* [WORK ORDER]:
Which lines run from the one containing "#155=ADVANCED_FACE('',(#152),#154,.F.);" to the end of the entries? Copy them exactly, both ends included, and give nothing else.

Stored data entries:

□ □ □ □ □

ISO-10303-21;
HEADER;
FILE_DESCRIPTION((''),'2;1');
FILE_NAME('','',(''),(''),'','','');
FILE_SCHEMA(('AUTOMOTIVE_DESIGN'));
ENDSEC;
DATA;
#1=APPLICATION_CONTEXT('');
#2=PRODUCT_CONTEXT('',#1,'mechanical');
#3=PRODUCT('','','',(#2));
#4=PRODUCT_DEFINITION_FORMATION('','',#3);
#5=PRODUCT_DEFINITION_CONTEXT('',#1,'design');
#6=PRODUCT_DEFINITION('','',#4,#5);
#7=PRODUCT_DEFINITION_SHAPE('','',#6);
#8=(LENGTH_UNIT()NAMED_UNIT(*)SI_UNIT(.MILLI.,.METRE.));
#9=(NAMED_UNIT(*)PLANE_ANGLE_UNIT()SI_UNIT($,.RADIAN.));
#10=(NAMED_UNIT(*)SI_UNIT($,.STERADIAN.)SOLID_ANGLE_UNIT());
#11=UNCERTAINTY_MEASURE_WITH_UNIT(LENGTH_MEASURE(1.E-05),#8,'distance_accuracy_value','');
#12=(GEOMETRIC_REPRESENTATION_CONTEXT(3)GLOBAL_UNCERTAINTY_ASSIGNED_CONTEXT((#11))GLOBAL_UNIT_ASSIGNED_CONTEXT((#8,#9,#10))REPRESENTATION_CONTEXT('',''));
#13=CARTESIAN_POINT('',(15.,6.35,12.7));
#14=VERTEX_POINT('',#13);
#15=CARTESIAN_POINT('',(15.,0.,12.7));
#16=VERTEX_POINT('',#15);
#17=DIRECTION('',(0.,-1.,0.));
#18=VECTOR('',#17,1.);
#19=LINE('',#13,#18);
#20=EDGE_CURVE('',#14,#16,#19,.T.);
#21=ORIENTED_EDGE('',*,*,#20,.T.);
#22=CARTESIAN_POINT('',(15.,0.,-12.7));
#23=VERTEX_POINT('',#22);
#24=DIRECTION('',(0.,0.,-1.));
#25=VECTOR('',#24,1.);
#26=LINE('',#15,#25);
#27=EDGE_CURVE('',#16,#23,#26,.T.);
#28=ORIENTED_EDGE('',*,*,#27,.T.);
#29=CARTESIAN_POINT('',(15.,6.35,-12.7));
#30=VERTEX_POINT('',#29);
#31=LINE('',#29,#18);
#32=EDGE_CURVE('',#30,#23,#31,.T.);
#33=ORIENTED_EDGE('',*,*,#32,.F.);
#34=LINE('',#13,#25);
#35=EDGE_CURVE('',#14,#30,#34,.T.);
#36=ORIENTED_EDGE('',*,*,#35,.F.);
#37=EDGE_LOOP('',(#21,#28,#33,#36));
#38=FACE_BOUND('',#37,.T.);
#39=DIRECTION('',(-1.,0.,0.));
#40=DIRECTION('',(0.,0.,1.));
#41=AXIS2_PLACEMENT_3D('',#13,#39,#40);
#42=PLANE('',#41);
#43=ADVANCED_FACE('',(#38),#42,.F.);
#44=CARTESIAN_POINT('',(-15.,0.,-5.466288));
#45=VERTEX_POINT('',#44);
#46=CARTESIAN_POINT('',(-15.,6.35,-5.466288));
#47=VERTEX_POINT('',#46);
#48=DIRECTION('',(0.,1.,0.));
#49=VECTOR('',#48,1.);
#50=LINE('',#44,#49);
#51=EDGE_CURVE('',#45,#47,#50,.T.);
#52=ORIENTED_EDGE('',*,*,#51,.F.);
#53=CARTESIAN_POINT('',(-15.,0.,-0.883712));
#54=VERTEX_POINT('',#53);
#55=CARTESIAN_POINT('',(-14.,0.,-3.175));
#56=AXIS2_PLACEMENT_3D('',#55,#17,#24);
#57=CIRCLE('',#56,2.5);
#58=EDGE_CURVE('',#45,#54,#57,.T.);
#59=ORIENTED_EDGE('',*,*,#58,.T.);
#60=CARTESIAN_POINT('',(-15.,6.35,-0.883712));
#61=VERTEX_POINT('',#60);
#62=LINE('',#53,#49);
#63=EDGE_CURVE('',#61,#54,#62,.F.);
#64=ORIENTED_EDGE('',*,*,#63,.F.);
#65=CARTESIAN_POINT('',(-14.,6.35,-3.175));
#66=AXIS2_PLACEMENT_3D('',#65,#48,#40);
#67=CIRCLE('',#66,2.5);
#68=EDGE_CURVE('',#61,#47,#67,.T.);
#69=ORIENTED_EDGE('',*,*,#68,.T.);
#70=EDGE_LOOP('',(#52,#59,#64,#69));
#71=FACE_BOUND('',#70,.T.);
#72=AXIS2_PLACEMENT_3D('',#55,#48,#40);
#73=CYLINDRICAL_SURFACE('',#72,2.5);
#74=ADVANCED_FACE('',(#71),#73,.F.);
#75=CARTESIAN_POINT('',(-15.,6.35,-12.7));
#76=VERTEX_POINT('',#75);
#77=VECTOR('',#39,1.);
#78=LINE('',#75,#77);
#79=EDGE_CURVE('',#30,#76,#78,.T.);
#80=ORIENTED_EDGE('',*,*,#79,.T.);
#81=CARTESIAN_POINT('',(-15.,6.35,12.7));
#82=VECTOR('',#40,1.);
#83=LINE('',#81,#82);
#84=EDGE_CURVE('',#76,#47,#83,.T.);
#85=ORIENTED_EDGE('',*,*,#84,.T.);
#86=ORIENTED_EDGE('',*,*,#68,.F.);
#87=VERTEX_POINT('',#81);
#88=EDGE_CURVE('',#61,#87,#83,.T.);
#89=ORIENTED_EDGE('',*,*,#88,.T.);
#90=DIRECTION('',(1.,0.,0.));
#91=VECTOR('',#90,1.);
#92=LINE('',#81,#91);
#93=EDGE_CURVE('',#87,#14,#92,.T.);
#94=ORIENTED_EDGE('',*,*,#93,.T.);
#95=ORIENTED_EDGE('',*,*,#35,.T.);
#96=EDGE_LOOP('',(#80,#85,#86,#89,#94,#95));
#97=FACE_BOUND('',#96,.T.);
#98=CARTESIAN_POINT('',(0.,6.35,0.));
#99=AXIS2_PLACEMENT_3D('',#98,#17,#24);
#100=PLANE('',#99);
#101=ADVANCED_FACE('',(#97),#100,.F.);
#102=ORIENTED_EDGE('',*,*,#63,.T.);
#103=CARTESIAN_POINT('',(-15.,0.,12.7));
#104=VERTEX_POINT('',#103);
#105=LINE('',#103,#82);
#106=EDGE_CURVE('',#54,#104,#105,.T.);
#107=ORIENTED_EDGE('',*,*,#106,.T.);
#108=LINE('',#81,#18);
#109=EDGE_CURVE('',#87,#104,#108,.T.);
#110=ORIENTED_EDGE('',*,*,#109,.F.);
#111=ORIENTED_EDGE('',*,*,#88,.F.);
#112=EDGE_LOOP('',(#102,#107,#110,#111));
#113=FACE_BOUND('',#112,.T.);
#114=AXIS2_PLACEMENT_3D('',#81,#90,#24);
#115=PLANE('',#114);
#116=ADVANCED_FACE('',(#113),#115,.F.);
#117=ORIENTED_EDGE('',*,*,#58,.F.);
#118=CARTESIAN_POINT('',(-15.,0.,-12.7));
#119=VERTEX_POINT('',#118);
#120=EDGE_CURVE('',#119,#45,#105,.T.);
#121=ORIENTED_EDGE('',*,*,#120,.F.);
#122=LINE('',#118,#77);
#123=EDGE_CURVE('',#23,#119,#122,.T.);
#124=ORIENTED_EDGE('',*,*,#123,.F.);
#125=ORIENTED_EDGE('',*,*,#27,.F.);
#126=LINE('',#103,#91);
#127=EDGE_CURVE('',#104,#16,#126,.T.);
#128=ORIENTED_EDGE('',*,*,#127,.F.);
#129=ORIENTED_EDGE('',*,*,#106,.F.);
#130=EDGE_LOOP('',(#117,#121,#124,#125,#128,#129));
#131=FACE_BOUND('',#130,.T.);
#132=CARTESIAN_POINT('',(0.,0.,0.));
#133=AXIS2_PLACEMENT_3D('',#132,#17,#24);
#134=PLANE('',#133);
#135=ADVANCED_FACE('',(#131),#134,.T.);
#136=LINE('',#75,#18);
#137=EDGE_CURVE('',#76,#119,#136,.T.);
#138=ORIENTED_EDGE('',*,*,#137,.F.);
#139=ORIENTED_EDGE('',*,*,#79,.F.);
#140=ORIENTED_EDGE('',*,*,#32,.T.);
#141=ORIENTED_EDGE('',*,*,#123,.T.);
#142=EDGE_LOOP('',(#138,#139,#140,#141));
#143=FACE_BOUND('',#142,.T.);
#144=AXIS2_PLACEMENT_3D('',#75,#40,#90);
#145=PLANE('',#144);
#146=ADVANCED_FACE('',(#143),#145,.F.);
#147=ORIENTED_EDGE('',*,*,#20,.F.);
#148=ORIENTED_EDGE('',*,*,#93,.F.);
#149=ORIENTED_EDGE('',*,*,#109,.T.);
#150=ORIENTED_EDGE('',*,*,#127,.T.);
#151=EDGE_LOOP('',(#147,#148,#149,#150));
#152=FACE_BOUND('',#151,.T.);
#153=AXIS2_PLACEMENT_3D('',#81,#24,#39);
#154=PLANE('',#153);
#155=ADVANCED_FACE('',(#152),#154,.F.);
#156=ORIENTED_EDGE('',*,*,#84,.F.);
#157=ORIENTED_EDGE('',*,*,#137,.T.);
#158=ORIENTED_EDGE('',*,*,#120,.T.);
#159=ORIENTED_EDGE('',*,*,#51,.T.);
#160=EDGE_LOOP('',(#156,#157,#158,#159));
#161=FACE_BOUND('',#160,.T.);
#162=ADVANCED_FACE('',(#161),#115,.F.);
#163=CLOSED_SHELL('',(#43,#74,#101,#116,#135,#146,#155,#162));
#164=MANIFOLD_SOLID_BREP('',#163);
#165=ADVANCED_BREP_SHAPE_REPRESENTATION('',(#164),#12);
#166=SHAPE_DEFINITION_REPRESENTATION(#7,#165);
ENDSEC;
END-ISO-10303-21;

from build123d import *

# Parameters (mm, degrees)
SKETCH1_W           = 30
SKETCH1_H           = 25.4
BOSS_EXTRUDE1_DEPTH = 6.35
SKETCH2_R           = 2.5
CUT_EXTRUDE1_DEPTH  = 7.35


with BuildPart() as part:
    # Sketch1 → Boss-Extrude1 (new body)
    with BuildSketch(Plane(origin=(0, 0, 0), x_dir=(1, 0, 0), z_dir=(0, 1, 0))):
        Rectangle(SKETCH1_W, SKETCH1_H)
    extrude(amount=BOSS_EXTRUDE1_DEPTH)

    # Sketch2 → Cut-Extrude1 (cut, through all)
    with BuildSketch(Plane(origin=(0, 6.35, 0), x_dir=(1, 0, 0), z_dir=(0, 1, 0))):
        with Locations((-14, 3.175)):
            Circle(SKETCH2_R)
    extrude(amount=-CUT_EXTRUDE1_DEPTH, mode=Mode.SUBTRACT)


solid = part.part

□ □ □ □ □

* [ANSWER BELOW]:
#155=ADVANCED_FACE('',(#152),#154,.F.);
#156=ORIENTED_EDGE('',*,*,#84,.F.);
#157=ORIENTED_EDGE('',*,*,#137,.T.);
#158=ORIENTED_EDGE('',*,*,#120,.T.);
#159=ORIENTED_EDGE('',*,*,#51,.T.);
#160=EDGE_LOOP('',(#156,#157,#158,#159));
#161=FACE_BOUND('',#160,.T.);
#162=ADVANCED_FACE('',(#161),#115,.F.);
#163=CLOSED_SHELL('',(#43,#74,#101,#116,#135,#146,#155,#162));
#164=MANIFOLD_SOLID_BREP('',#163);
#165=ADVANCED_BREP_SHAPE_REPRESENTATION('',(#164),#12);
#166=SHAPE_DEFINITION_REPRESENTATION(#7,#165);
ENDSEC;
END-ISO-10303-21;

from build123d import *

# Parameters (mm, degrees)
SKETCH1_W           = 30
SKETCH1_H           = 25.4
BOSS_EXTRUDE1_DEPTH = 6.35
SKETCH2_R           = 2.5
CUT_EXTRUDE1_DEPTH  = 7.35


with BuildPart() as part:
    # Sketch1 → Boss-Extrude1 (new body)
    with BuildSketch(Plane(origin=(0, 0, 0), x_dir=(1, 0, 0), z_dir=(0, 1, 0))):
        Rectangle(SKETCH1_W, SKETCH1_H)
    extrude(amount=BOSS_EXTRUDE1_DEPTH)

    # Sketch2 → Cut-Extrude1 (cut, through all)
    with BuildSketch(Plane(origin=(0, 6.35, 0), x_dir=(1, 0, 0), z_dir=(0, 1, 0))):
        with Locations((-14, 3.175)):
            Circle(SKETCH2_R)
    extrude(amount=-CUT_EXTRUDE1_DEPTH, mode=Mode.SUBTRACT)


solid = part.part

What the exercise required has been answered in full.